> **What you will do**: What you need to produce from the material below is an exact transcription of the lines from the one with "Line((-237, 152), (-255, 152))" through the one with "Line((-255, -18.65), (-255, 18.65))", both included, and no other line.
***
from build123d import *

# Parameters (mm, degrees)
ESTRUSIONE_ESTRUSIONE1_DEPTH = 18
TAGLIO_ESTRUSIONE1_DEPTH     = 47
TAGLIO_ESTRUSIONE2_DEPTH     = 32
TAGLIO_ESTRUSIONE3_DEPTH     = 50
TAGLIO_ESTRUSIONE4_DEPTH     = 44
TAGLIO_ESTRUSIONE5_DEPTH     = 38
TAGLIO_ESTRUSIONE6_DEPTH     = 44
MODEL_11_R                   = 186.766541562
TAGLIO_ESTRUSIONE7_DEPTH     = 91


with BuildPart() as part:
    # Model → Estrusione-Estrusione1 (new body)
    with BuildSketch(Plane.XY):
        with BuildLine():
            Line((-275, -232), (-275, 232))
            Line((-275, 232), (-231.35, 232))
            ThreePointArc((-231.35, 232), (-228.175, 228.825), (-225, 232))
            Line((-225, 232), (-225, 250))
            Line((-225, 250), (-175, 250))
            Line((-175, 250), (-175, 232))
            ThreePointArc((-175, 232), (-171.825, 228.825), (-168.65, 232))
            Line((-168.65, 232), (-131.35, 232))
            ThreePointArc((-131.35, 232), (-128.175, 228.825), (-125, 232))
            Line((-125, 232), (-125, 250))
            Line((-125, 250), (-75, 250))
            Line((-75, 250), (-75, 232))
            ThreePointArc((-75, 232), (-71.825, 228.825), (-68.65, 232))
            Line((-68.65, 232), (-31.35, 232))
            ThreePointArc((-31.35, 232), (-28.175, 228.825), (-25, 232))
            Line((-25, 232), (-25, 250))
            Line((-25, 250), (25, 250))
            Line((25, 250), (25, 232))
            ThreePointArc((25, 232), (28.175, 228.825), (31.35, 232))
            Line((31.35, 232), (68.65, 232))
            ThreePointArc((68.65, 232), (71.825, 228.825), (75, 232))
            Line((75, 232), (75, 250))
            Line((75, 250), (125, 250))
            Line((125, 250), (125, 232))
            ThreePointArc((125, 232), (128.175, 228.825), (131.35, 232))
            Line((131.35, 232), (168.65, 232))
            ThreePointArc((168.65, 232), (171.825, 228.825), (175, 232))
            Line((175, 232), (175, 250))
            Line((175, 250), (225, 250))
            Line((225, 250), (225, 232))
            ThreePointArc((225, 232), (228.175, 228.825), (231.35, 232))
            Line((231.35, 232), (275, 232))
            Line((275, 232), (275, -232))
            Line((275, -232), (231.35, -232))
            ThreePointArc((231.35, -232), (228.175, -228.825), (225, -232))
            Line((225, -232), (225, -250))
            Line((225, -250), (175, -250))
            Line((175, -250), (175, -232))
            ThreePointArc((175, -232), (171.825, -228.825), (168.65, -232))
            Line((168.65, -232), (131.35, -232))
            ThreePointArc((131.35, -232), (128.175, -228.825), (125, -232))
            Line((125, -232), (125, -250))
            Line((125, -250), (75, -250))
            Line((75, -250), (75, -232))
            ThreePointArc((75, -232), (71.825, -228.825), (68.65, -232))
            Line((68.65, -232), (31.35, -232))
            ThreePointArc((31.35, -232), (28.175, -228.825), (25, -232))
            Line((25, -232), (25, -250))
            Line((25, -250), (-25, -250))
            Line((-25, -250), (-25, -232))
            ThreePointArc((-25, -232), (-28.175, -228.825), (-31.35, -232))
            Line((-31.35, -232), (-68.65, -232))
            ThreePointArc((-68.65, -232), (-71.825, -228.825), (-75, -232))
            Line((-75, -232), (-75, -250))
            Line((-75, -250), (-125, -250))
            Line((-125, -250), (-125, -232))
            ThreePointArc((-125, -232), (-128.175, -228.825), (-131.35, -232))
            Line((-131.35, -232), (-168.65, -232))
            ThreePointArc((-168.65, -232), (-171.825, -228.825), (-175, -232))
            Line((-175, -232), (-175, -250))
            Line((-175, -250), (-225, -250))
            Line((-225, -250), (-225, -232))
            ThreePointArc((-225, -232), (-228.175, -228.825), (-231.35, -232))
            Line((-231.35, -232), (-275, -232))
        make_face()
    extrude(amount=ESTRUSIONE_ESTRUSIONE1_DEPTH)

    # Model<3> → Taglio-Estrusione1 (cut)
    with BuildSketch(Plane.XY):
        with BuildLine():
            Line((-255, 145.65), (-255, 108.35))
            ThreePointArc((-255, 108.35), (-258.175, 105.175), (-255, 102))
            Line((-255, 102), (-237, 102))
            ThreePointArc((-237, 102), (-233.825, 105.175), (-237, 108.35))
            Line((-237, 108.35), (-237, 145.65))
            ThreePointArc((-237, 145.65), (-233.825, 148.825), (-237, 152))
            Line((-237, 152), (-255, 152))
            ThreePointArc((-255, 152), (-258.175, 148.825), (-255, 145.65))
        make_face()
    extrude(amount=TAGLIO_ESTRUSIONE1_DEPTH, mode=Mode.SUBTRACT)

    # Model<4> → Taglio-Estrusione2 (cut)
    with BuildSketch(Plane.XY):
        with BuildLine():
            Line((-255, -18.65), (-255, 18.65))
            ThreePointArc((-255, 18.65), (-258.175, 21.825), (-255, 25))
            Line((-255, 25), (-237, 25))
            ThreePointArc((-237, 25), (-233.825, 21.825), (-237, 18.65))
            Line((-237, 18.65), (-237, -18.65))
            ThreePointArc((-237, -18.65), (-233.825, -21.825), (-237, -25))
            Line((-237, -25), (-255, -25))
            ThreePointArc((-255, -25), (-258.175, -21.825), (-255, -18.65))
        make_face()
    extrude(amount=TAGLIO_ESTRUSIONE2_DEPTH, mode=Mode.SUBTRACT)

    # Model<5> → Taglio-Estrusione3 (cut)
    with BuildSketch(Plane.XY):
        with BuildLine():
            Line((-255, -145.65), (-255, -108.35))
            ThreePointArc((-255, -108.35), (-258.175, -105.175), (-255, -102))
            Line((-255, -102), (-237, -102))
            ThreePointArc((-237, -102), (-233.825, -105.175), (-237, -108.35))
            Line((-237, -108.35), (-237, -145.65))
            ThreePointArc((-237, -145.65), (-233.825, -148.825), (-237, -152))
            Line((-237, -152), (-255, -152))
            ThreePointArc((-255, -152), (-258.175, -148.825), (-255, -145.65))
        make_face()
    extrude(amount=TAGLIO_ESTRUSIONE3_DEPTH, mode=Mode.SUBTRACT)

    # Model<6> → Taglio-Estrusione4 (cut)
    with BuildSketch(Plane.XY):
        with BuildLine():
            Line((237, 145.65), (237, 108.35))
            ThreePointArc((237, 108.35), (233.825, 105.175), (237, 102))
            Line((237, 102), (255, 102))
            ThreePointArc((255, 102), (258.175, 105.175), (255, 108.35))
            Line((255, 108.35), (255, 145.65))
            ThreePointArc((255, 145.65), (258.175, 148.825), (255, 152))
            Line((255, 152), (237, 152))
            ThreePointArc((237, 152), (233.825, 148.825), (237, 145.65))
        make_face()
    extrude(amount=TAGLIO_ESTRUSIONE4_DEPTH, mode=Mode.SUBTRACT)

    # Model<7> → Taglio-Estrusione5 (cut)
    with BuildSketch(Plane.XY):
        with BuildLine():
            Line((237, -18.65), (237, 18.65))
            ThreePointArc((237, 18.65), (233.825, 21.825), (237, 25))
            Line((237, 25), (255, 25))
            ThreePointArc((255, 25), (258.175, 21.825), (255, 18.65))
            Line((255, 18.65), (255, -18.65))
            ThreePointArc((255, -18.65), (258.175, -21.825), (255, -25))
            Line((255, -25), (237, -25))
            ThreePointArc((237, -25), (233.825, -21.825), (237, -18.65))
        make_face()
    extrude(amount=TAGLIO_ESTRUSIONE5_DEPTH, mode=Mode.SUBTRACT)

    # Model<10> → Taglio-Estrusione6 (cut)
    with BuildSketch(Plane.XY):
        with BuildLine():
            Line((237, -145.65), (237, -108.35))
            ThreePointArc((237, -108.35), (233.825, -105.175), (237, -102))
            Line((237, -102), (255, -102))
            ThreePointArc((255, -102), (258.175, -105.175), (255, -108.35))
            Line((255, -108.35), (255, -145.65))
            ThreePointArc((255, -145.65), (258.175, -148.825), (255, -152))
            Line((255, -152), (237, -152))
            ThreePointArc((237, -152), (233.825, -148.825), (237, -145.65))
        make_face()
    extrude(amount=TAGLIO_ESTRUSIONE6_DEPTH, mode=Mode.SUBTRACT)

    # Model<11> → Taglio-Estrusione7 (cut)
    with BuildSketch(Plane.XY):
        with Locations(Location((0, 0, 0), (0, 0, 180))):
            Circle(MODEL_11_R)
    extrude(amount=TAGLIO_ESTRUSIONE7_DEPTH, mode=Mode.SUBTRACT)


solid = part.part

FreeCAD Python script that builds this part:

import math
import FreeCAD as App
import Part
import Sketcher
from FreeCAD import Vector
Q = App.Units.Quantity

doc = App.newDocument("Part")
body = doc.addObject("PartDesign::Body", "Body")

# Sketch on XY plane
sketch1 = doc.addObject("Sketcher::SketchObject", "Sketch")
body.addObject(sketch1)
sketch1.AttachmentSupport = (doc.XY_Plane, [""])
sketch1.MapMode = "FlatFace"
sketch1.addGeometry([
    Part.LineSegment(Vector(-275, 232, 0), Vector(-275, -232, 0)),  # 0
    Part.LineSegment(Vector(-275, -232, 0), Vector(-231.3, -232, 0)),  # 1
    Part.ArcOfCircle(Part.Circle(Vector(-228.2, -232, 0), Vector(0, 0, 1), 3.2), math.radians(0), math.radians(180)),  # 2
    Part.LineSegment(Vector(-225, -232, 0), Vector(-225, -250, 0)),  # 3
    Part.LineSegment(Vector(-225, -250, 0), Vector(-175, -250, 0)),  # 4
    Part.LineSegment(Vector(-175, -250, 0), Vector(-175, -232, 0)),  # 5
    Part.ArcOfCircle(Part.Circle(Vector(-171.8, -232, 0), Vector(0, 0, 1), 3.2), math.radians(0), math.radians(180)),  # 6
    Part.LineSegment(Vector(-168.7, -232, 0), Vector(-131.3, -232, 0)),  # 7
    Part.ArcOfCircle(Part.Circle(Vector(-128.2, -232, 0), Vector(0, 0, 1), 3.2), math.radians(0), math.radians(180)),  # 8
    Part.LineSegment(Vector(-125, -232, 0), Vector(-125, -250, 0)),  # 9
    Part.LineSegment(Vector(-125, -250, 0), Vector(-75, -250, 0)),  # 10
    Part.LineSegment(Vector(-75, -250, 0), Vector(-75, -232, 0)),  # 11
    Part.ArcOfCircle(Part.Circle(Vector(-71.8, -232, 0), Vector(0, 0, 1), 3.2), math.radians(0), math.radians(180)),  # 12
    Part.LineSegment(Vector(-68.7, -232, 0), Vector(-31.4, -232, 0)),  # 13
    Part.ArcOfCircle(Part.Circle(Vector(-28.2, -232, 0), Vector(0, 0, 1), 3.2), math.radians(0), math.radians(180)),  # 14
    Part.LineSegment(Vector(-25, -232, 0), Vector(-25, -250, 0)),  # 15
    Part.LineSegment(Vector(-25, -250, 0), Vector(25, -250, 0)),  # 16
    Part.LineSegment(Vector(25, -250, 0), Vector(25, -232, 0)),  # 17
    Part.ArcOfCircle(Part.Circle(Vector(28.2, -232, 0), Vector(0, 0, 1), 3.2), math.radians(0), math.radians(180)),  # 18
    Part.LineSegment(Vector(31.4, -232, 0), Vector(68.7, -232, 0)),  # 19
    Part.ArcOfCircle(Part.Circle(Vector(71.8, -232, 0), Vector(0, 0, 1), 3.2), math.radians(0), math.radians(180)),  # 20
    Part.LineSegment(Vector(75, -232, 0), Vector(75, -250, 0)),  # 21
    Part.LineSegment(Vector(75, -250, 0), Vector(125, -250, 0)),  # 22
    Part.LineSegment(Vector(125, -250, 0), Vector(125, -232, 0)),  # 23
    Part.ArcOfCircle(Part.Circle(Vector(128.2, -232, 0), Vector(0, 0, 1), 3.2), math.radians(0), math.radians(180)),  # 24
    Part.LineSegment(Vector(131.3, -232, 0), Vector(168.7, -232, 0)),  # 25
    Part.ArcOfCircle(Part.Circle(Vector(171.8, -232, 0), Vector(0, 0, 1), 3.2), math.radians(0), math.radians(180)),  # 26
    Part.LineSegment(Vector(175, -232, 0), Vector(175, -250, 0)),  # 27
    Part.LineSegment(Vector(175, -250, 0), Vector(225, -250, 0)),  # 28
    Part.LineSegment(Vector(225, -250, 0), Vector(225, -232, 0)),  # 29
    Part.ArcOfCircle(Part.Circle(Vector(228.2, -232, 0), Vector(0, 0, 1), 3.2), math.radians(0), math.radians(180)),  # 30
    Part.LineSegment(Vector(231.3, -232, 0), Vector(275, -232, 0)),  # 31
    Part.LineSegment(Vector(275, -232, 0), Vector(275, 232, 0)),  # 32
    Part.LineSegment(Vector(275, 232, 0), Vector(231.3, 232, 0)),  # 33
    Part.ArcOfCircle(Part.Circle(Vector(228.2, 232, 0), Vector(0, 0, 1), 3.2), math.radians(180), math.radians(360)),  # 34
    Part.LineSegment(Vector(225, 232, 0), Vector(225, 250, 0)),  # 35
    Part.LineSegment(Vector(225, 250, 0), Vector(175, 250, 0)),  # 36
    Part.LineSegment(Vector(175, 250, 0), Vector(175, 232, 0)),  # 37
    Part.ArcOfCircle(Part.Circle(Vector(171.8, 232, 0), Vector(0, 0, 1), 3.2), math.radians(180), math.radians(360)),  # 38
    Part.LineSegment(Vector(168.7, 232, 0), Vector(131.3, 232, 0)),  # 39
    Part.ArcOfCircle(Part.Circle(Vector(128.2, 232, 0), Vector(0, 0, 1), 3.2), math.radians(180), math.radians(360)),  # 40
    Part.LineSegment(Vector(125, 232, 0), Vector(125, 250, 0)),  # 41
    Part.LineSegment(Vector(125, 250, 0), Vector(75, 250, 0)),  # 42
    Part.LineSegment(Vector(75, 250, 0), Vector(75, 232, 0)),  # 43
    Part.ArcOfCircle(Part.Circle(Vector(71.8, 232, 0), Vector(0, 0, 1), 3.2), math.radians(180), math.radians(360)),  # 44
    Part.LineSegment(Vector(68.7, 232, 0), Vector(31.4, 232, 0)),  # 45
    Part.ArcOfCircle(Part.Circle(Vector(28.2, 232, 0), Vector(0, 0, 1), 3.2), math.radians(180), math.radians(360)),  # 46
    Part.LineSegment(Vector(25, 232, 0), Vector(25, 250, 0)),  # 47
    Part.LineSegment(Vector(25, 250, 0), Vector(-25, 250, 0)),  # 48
***
> **Output of the exercise**:
            Line((-237, 152), (-255, 152))
            ThreePointArc((-255, 152), (-258.175, 148.825), (-255, 145.65))
        make_face()
    extrude(amount=TAGLIO_ESTRUSIONE1_DEPTH, mode=Mode.SUBTRACT)

    # Model<4> → Taglio-Estrusione2 (cut)
    with BuildSketch(Plane.XY):
        with BuildLine():
            Line((-255, -18.65), (-255, 18.65))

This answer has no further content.